Jogos de palavras atrapalham, muitas vezes, a compreensão de um assunto. Não gostaria de contribuir para que pinturas tão serenas como as de Marina Saleme se tornassem obscuras. Se cada pólo do par parecer/aparecer se aplica às pinturas que devo analisar, é porque, creio, o jogo entre eles também se passa nos quadros e não somente entre as palavras.

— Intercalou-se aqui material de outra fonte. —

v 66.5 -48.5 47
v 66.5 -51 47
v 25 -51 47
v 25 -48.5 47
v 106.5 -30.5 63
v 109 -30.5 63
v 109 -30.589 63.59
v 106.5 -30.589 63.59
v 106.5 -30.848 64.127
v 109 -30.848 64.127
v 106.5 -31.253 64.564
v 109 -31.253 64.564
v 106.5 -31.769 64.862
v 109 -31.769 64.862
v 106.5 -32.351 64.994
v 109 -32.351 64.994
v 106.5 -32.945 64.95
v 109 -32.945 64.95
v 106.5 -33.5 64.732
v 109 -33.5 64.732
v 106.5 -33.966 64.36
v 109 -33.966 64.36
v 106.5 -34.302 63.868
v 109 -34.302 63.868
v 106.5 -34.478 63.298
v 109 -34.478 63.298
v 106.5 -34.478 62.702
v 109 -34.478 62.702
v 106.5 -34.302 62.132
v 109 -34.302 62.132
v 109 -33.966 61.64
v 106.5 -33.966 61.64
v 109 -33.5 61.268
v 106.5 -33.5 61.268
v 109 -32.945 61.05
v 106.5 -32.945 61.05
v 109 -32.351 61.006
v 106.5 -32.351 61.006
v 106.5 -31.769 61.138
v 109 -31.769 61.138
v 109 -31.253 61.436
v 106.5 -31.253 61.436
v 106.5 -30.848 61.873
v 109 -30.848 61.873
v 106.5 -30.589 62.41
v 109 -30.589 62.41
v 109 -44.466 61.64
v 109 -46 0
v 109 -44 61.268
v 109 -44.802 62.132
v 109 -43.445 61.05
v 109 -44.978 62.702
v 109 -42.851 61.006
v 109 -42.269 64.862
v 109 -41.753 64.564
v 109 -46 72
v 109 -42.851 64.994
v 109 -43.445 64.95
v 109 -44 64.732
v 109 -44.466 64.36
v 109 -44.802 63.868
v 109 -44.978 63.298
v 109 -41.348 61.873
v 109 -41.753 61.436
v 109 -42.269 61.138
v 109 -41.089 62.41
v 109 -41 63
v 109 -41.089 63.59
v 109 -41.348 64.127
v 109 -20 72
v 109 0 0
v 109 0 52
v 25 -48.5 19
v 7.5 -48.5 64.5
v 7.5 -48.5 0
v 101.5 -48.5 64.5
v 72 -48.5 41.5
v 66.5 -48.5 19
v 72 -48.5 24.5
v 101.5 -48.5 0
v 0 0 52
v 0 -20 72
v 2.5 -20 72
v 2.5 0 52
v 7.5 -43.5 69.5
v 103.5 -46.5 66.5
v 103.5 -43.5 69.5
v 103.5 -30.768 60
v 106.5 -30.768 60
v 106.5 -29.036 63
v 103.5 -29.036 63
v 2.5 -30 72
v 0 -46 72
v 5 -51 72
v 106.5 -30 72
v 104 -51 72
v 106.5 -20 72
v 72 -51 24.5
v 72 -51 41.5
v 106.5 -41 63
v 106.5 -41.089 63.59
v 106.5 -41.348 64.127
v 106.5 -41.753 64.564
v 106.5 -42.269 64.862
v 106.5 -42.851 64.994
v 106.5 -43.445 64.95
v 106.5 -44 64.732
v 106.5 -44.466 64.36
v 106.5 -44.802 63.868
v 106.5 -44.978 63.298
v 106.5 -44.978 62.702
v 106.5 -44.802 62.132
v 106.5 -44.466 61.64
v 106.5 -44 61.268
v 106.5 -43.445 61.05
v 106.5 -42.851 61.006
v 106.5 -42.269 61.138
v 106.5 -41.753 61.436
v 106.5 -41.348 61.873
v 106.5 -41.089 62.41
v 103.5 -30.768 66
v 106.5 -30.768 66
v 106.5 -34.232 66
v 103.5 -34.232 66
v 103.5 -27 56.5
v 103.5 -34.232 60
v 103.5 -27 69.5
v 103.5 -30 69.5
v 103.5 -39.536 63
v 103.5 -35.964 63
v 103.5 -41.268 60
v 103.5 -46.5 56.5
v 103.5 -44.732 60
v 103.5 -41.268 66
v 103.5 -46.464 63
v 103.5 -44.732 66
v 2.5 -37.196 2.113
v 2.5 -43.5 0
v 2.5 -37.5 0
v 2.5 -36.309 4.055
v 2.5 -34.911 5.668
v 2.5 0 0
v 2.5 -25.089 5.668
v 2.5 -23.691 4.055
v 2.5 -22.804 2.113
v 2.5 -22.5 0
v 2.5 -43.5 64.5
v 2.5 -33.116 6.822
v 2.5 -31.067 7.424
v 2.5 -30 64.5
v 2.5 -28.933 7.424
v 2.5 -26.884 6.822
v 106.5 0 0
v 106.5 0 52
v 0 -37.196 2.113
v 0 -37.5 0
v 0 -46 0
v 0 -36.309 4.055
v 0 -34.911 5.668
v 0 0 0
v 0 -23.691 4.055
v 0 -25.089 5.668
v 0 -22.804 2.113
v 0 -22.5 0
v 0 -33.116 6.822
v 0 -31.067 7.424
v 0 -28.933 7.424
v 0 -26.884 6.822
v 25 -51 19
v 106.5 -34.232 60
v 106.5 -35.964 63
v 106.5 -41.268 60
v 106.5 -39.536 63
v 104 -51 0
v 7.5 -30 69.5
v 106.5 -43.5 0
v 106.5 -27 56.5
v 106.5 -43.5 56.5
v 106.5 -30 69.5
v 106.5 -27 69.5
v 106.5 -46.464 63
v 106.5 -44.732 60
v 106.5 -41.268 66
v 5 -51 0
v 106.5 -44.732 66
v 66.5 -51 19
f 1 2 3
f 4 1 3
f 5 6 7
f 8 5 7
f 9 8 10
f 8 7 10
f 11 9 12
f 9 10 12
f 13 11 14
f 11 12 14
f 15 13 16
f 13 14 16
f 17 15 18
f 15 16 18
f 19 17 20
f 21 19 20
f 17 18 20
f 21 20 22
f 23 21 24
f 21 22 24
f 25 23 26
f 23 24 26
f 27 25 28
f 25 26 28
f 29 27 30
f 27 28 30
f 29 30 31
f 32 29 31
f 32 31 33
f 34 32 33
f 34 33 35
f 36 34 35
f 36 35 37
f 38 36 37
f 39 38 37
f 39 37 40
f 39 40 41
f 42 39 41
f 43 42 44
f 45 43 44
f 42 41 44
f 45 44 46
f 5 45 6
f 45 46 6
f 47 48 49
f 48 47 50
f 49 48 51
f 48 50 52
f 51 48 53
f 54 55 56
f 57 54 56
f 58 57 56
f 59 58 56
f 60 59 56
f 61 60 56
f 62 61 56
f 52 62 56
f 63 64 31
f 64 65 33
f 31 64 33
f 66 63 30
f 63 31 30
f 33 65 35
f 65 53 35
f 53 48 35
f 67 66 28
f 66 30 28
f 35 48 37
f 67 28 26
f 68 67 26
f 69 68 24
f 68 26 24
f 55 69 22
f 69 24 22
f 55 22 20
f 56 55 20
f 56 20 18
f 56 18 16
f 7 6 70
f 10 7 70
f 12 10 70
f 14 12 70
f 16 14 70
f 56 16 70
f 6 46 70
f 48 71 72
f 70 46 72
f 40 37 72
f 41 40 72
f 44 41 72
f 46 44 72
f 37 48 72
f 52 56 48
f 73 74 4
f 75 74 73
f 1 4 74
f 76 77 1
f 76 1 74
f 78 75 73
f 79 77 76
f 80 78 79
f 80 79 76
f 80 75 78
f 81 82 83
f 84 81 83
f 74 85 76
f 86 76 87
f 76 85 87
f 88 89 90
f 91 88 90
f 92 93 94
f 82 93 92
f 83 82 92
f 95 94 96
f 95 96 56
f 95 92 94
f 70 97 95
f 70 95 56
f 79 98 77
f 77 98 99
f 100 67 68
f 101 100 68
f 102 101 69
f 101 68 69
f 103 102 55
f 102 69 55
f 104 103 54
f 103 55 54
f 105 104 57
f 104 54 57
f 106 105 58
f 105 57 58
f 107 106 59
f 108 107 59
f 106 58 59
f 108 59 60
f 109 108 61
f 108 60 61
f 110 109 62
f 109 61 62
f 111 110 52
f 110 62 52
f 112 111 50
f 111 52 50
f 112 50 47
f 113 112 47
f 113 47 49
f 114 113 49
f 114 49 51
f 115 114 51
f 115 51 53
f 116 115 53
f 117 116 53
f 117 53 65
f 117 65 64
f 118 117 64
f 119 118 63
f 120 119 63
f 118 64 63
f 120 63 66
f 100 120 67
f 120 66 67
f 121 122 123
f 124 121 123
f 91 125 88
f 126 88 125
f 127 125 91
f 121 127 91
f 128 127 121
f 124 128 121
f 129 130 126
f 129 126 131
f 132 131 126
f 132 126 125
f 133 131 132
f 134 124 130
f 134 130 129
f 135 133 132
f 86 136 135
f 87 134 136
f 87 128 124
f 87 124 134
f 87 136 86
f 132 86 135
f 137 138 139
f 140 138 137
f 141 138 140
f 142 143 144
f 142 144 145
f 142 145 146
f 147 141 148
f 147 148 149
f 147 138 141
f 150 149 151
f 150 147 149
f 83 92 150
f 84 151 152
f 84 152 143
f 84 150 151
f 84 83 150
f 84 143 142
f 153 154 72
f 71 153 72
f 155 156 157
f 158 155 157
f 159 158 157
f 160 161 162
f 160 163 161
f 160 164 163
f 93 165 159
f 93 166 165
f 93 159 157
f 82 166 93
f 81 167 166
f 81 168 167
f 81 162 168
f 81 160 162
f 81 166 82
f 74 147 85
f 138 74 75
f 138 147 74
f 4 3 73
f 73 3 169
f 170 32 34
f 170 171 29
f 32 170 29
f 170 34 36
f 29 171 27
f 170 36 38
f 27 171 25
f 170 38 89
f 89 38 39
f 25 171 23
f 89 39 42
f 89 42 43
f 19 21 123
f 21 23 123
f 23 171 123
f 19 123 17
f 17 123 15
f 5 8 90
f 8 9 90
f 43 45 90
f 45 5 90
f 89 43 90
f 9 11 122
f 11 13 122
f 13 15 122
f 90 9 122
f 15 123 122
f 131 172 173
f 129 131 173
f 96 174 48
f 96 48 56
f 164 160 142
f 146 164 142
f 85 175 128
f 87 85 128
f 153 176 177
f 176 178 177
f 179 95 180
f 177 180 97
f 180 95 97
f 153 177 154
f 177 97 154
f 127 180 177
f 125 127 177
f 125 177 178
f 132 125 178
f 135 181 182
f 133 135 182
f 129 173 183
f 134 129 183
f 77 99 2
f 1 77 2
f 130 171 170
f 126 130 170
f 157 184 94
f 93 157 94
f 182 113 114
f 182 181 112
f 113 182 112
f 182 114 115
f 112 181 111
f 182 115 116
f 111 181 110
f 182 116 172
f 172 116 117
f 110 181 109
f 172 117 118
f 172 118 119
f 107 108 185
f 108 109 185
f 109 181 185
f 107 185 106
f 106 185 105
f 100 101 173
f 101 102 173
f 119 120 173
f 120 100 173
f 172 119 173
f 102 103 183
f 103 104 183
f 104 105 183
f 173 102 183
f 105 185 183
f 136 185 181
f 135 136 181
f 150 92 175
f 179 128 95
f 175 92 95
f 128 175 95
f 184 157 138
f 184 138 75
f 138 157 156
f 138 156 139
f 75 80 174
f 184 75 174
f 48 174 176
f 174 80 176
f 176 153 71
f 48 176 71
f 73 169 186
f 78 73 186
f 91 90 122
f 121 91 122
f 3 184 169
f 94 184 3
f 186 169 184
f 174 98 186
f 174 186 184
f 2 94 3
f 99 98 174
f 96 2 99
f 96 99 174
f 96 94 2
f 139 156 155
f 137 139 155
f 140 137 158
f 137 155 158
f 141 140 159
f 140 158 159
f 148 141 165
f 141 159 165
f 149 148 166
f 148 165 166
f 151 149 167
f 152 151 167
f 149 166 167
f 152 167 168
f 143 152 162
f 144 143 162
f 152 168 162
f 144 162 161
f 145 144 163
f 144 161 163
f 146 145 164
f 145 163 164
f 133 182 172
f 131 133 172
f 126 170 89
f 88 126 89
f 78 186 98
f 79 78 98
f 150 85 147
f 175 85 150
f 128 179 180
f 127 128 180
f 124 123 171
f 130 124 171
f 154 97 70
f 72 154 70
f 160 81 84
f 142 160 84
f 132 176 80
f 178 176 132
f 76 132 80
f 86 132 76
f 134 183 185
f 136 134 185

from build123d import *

# Parameters (mm, degrees)
F0_W      = 109
F0_H      = 72
F1_DEPTH  = 51
F2_T      = -2.5
F3_W      = 104
F3_H      = 30
F4_DEPTH  = 2.5
F5_R      = 2
F6_DEPTH  = 2.5
F7_SIZE   = 20
F8_W      = 104
F8_H      = 48.5
F9_DEPTH  = 2.5
F11_DEPTH = 2.5
F14_DEPTH = 3
F15_DEPTH = 2.5
F16_SIZE  = 5
F17_SIZE  = 5


with BuildPart() as f1:
    # F0 (on Front) → F1 (new body)
    with BuildSketch(Plane.XZ):
        with Locations((54.5, 36)):
            Rectangle(F0_W, F0_H)
    extrude(amount=F1_DEPTH)

    # F2
    f2_openings = [f1.faces().sort_by_distance(p)[0] for p in [
        (54.5, 0, 36),
    ]]
    offset(amount=F2_T, openings=f2_openings)

    # F3 (on face) → F4 (cut, through all)
    with BuildSketch(Plane.XY.offset(72)):
        with Locations((54.5, -15)):
            Rectangle(F3_W, F3_H)
    extrude(amount=-F4_DEPTH, mode=Mode.SUBTRACT)

    # F5 (on face) → F6 (cut, through all)
    with BuildSketch(Plane.YZ.offset(109)):
        with Locations((-43, 63)):
            Circle(F5_R)
        with Locations((-32.5, 63)):
            Circle(F5_R)
    extrude(amount=-F6_DEPTH, mode=Mode.SUBTRACT)

    # F7
    f7_edges = [f1.edges().sort_by_distance(p)[0] for p in [
        (107.75, 0, 72),
        (1.25, 0, 72),
    ]]
    chamfer(f7_edges, length=F7_SIZE)

    # F8 (on face) → F9 (cut, through all)
    with BuildSketch(Plane(origin=(0, 0, 0), x_dir=(1, 0, 0), z_dir=(0, 0, -1))):
        with Locations((54.5, 24.25)):
            Rectangle(F8_W, F8_H)
    extrude(amount=-F9_DEPTH, mode=Mode.SUBTRACT)

    # F10 (on face) → F11 (cut, through all)
    with BuildSketch(Plane(origin=(0, 0, 0), x_dir=(0, -1, 0), z_dir=(-1, 0, 0))):
        with BuildLine():
            Line((22.5, 0), (37.5, 0))
            ThreePointArc((37.5, 0), (30, 7.5), (22.5, 0))
        make_face()
    extrude(amount=-F11_DEPTH, mode=Mode.SUBTRACT)

    # F13 (on face) → F14 (join)
    with BuildSketch(Plane(origin=(106.5, 0, 0), x_dir=(0, -1, 0), z_dir=(-1, 0, 0))):
        Polygon((48.5, 56.5), (48.5, 69.5), (30, 69.5), (27, 69.5), (27, 56.5), align=None)
        Polygon((29.0358983849, 63), (30.7679491924, 66), (34.2320508076, 66), (35.9641016151, 63), (34.2320508076, 60), (30.7679491924, 60), align=None, mode=Mode.SUBTRACT)
        Polygon((39.5358983849, 63), (41.2679491924, 66), (44.7320508076, 66), (46.4641016151, 63), (44.7320508076, 60), (41.2679491924, 60), align=None, mode=Mode.SUBTRACT)
    extrude(amount=F14_DEPTH)

    # F12 (on face) → F15 (cut, through all)
    with BuildSketch(Plane.XZ.offset(51)):
        Polygon((66.5, 47), (25, 47), (25, 19), (66.5, 19), (72, 24.5), (72, 41.5), align=None)
    extrude(amount=-F15_DEPTH, mode=Mode.SUBTRACT)

    # F16 (call 1 of 2: OpenCascade refuses the feature's edges together)
    f16_edges = [f1.edges().sort_by_distance(p)[0] for p in [
        (2.5, -48.5, 34.75),
        (2.5, -39.25, 69.5),
        (53, -48.5, 69.5),
    ]]
    chamfer(f16_edges, length=F16_SIZE)

    # F16#2 (call 2 of 2)
    f16_2_edges = [f1.edges().sort_by_distance(p)[0] for p in [
        (106.5, -48.5, 28.25),
    ]]
    chamfer(f16_2_edges, length=F16_SIZE)

    # F17
    f17_edges = [f1.edges().sort_by_distance(p)[0] for p in [
        (0, -51, 36),
        (109, -51, 36),
    ]]
    chamfer(f17_edges, length=F17_SIZE)


solid = f1.part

Parecer porque há uma figuração velada em cada uma das pinturas. Pelas quatro dimensões que possuem é mesmo possível classificá-las como naturezas-mortas, as bem pequenas, paisagens, as pequenas e médias, e paisagens ou retratos, as grandes. Mas, no que velam, não deixam as figuras aparecer por completo. Aparecem como vultos. Parecem aparições. Algumas são mais assustadoras, outras, um sonho bom. Aparecer porque só o que teima, consegue aparecer. É que o muito aparecido — pense-se na oração “fulano é um aparecido” – não aparece aparecendo, mas, por assim dizer, já apareceu. Se não for abusar demais de palavras e metáforas, há uma espécie de aritmética nessas pinturas e que pode ser assim formulada: a metade que não parece dá lugar para a metade que aparece e a metade que não aparece fornece espaços para o parecer.
Metade isto, metade aquilo, é uma forma rudimentar de descrever essas pinturas, mas não de todo imprópria. Se elas possuem uma unidade dada por uma cor dominante, também recolhem pedaços, metades. Melhor dizendo, recolhem nódulos, veios, incisões, padrões interrompidos. Há algo como uma arqueologia pictórica aí. O que se daria a ver seria, então, um corte num meio entre líquido e sólido e que assim esbarraria com coisas incertas, e que puxam o olhar para uma investigação sobre o que parece ser o que apareceu pela sondagem. Serenas, transmitem o pausado e paciente trabalho, camada atrás de camada, de sossegar a inquietude. Conquistam a tranquilidade lutando contra o caos que ainda deixam transparecer. É uma arqueologia, assim, que é, também, uma reconstrução artística de sentimentos e vivências entrecortadas, segmentadas. Se a vida não deixa muitas vezes reuní-las, há sempre a esperança da arte para a vida que poderia ter sido.